_ASSIGNMENT_
Repeat the first line of the listing and each line after it, exactly, through the line containing "v 159.438 -152.439 -25".

+++ RECORDS SUPPLIED +++

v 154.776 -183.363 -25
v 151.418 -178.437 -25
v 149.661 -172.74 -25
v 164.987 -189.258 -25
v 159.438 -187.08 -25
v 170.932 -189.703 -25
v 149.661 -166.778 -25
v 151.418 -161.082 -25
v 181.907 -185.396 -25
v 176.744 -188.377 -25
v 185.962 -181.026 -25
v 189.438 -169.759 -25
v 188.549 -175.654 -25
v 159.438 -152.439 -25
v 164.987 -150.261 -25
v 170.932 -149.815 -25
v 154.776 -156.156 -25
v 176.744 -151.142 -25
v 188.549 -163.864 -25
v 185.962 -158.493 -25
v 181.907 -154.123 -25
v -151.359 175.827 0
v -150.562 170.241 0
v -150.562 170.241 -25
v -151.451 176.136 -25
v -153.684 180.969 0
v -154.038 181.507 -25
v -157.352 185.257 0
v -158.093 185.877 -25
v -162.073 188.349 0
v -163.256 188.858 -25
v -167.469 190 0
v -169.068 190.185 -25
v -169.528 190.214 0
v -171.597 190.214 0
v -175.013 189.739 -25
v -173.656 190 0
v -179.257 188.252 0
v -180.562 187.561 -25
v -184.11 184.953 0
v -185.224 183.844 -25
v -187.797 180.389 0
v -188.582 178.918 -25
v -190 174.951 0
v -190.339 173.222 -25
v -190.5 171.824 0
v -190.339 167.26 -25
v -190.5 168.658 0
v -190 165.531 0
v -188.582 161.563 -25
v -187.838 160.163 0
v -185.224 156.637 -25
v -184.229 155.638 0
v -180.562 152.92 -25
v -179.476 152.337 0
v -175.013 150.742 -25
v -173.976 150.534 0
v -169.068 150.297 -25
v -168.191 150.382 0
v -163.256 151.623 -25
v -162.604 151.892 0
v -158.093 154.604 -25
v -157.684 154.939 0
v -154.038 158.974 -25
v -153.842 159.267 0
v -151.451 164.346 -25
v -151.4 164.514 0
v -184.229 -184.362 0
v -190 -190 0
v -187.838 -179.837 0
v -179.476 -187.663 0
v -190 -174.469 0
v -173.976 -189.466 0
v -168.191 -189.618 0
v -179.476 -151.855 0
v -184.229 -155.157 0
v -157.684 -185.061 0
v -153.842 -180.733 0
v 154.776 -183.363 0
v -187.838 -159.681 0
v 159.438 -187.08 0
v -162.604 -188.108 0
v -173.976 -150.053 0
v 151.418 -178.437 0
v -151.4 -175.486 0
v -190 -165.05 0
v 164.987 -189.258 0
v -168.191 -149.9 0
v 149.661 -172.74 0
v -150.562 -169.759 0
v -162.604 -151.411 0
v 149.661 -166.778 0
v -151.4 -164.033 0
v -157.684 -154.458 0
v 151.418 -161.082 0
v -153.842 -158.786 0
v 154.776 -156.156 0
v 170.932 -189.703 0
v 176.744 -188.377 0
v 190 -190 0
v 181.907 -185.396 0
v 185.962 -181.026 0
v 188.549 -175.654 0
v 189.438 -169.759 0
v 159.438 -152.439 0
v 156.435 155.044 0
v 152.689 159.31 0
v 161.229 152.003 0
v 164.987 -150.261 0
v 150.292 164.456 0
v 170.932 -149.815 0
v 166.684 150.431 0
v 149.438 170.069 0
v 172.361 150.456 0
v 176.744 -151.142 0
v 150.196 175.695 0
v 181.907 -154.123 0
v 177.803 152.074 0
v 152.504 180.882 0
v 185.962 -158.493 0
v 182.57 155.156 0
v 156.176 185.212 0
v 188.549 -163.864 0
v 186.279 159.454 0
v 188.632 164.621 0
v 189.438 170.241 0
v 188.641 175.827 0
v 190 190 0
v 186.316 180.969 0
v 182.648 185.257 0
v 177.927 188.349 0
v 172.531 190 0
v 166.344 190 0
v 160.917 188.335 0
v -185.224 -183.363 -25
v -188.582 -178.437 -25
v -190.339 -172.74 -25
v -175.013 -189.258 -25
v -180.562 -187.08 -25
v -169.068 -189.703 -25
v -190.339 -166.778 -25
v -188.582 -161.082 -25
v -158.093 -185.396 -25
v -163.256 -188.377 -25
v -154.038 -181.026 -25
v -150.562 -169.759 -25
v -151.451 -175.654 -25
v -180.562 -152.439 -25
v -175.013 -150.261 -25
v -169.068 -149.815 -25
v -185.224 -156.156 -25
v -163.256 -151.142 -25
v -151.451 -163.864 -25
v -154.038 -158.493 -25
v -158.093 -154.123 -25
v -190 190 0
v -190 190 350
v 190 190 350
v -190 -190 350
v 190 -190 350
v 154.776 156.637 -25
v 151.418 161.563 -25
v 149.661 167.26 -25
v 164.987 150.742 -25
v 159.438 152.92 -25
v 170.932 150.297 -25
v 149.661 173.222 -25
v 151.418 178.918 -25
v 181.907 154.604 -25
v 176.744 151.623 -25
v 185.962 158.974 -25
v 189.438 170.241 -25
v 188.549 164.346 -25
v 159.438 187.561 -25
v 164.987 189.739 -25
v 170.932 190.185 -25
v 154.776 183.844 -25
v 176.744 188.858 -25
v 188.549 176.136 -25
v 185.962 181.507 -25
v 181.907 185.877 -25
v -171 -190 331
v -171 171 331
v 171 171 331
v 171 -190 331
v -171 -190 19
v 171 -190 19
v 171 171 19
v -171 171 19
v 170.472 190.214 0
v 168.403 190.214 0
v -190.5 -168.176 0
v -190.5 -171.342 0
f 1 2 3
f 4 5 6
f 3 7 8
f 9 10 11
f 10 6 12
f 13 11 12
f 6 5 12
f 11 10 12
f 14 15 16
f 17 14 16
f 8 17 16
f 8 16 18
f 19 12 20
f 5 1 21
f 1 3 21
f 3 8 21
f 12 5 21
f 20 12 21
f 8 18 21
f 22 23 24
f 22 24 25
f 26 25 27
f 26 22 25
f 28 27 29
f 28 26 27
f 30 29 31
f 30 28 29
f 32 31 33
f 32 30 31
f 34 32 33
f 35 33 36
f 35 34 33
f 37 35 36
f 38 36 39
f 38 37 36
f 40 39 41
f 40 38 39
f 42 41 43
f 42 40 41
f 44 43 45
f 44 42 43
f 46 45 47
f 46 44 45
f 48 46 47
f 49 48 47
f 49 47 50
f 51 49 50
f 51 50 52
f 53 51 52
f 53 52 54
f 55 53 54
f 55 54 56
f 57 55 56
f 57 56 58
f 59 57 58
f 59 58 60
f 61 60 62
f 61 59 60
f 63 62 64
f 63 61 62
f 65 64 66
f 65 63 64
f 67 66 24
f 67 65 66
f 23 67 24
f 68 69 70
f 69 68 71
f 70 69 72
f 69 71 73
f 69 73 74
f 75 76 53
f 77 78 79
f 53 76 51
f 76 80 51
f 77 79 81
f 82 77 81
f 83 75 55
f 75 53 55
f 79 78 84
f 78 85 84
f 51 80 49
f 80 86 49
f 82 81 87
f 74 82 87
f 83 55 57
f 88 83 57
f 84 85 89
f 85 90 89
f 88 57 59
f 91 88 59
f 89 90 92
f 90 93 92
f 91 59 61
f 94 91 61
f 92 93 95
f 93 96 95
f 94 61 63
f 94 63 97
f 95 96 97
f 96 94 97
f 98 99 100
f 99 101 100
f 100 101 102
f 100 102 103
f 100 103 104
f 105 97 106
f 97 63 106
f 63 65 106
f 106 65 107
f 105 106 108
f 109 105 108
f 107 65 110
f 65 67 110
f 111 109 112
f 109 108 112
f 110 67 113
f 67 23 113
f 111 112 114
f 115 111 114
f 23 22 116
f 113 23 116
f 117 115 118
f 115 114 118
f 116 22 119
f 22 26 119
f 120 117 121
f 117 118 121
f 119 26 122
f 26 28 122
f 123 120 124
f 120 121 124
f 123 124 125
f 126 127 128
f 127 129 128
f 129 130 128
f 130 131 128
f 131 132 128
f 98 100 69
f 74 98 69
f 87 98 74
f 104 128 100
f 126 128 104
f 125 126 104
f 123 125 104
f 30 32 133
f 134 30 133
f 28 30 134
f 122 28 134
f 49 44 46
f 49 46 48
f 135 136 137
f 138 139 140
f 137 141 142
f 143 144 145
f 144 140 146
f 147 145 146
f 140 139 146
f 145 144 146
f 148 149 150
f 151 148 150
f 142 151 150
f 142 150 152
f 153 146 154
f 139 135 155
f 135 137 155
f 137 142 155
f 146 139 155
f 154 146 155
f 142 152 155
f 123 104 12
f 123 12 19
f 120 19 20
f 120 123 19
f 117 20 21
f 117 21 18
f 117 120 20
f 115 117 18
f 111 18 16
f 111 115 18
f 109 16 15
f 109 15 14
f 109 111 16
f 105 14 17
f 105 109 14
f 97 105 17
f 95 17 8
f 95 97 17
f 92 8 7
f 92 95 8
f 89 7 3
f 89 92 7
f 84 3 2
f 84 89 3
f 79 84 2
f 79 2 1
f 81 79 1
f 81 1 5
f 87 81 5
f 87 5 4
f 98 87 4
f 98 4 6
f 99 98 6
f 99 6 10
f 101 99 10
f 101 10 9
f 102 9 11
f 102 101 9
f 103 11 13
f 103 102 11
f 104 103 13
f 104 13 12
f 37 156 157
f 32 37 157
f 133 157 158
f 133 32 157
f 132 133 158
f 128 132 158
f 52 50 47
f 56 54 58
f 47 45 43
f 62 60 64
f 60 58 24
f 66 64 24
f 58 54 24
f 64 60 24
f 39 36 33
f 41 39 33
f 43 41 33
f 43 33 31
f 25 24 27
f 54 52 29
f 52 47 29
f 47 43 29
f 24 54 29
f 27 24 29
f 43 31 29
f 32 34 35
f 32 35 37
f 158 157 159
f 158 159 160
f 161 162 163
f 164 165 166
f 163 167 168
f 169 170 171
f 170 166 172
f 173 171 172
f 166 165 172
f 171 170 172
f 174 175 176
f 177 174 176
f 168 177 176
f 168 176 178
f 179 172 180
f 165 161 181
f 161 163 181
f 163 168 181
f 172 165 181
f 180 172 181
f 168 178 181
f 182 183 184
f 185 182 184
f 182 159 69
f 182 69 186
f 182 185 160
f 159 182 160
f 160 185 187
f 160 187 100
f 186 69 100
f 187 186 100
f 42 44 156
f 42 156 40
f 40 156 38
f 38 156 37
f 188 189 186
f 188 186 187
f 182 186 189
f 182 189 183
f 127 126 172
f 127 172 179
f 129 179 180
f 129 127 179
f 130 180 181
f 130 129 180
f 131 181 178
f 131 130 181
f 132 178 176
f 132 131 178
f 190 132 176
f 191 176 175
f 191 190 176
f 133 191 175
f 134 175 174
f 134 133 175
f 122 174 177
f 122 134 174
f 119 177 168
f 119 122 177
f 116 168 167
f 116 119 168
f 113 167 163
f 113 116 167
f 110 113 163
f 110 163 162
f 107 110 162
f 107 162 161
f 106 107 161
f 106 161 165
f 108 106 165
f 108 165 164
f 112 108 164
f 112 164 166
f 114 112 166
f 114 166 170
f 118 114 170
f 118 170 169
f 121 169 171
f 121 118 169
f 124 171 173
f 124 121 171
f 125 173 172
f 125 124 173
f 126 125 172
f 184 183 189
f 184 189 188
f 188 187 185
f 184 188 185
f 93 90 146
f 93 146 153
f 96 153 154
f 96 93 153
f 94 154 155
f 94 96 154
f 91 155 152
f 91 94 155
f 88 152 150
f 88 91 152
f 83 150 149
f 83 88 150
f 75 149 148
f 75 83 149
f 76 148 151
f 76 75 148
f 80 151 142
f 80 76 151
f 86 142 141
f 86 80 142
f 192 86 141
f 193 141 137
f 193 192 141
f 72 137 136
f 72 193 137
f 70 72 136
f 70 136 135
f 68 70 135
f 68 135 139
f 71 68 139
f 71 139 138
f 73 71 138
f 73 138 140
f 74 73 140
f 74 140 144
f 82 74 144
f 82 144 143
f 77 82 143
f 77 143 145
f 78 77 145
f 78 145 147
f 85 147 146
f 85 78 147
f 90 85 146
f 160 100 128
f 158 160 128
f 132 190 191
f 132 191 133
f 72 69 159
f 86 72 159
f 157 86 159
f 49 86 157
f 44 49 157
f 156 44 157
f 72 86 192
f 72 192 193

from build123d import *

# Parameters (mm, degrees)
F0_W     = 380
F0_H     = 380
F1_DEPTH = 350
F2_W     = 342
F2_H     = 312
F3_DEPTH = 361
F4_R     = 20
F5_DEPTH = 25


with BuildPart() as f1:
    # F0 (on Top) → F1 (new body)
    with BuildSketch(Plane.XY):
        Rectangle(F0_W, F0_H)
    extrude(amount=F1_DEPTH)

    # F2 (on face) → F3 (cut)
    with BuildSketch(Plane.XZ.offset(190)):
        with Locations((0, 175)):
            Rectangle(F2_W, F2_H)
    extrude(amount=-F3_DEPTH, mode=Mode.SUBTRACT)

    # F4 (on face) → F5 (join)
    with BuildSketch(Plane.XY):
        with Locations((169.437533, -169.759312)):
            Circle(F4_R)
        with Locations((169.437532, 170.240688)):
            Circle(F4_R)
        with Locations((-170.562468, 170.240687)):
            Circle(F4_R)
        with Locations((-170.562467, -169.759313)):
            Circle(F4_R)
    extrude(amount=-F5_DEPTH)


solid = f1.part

+++

_WRITTEN SOLUTION_
v 154.776 -183.363 -25
v 151.418 -178.437 -25
v 149.661 -172.74 -25
v 164.987 -189.258 -25
v 159.438 -187.08 -25
v 170.932 -189.703 -25
v 149.661 -166.778 -25
v 151.418 -161.082 -25
v 181.907 -185.396 -25
v 176.744 -188.377 -25
v 185.962 -181.026 -25
v 189.438 -169.759 -25
v 188.549 -175.654 -25
v 159.438 -152.439 -25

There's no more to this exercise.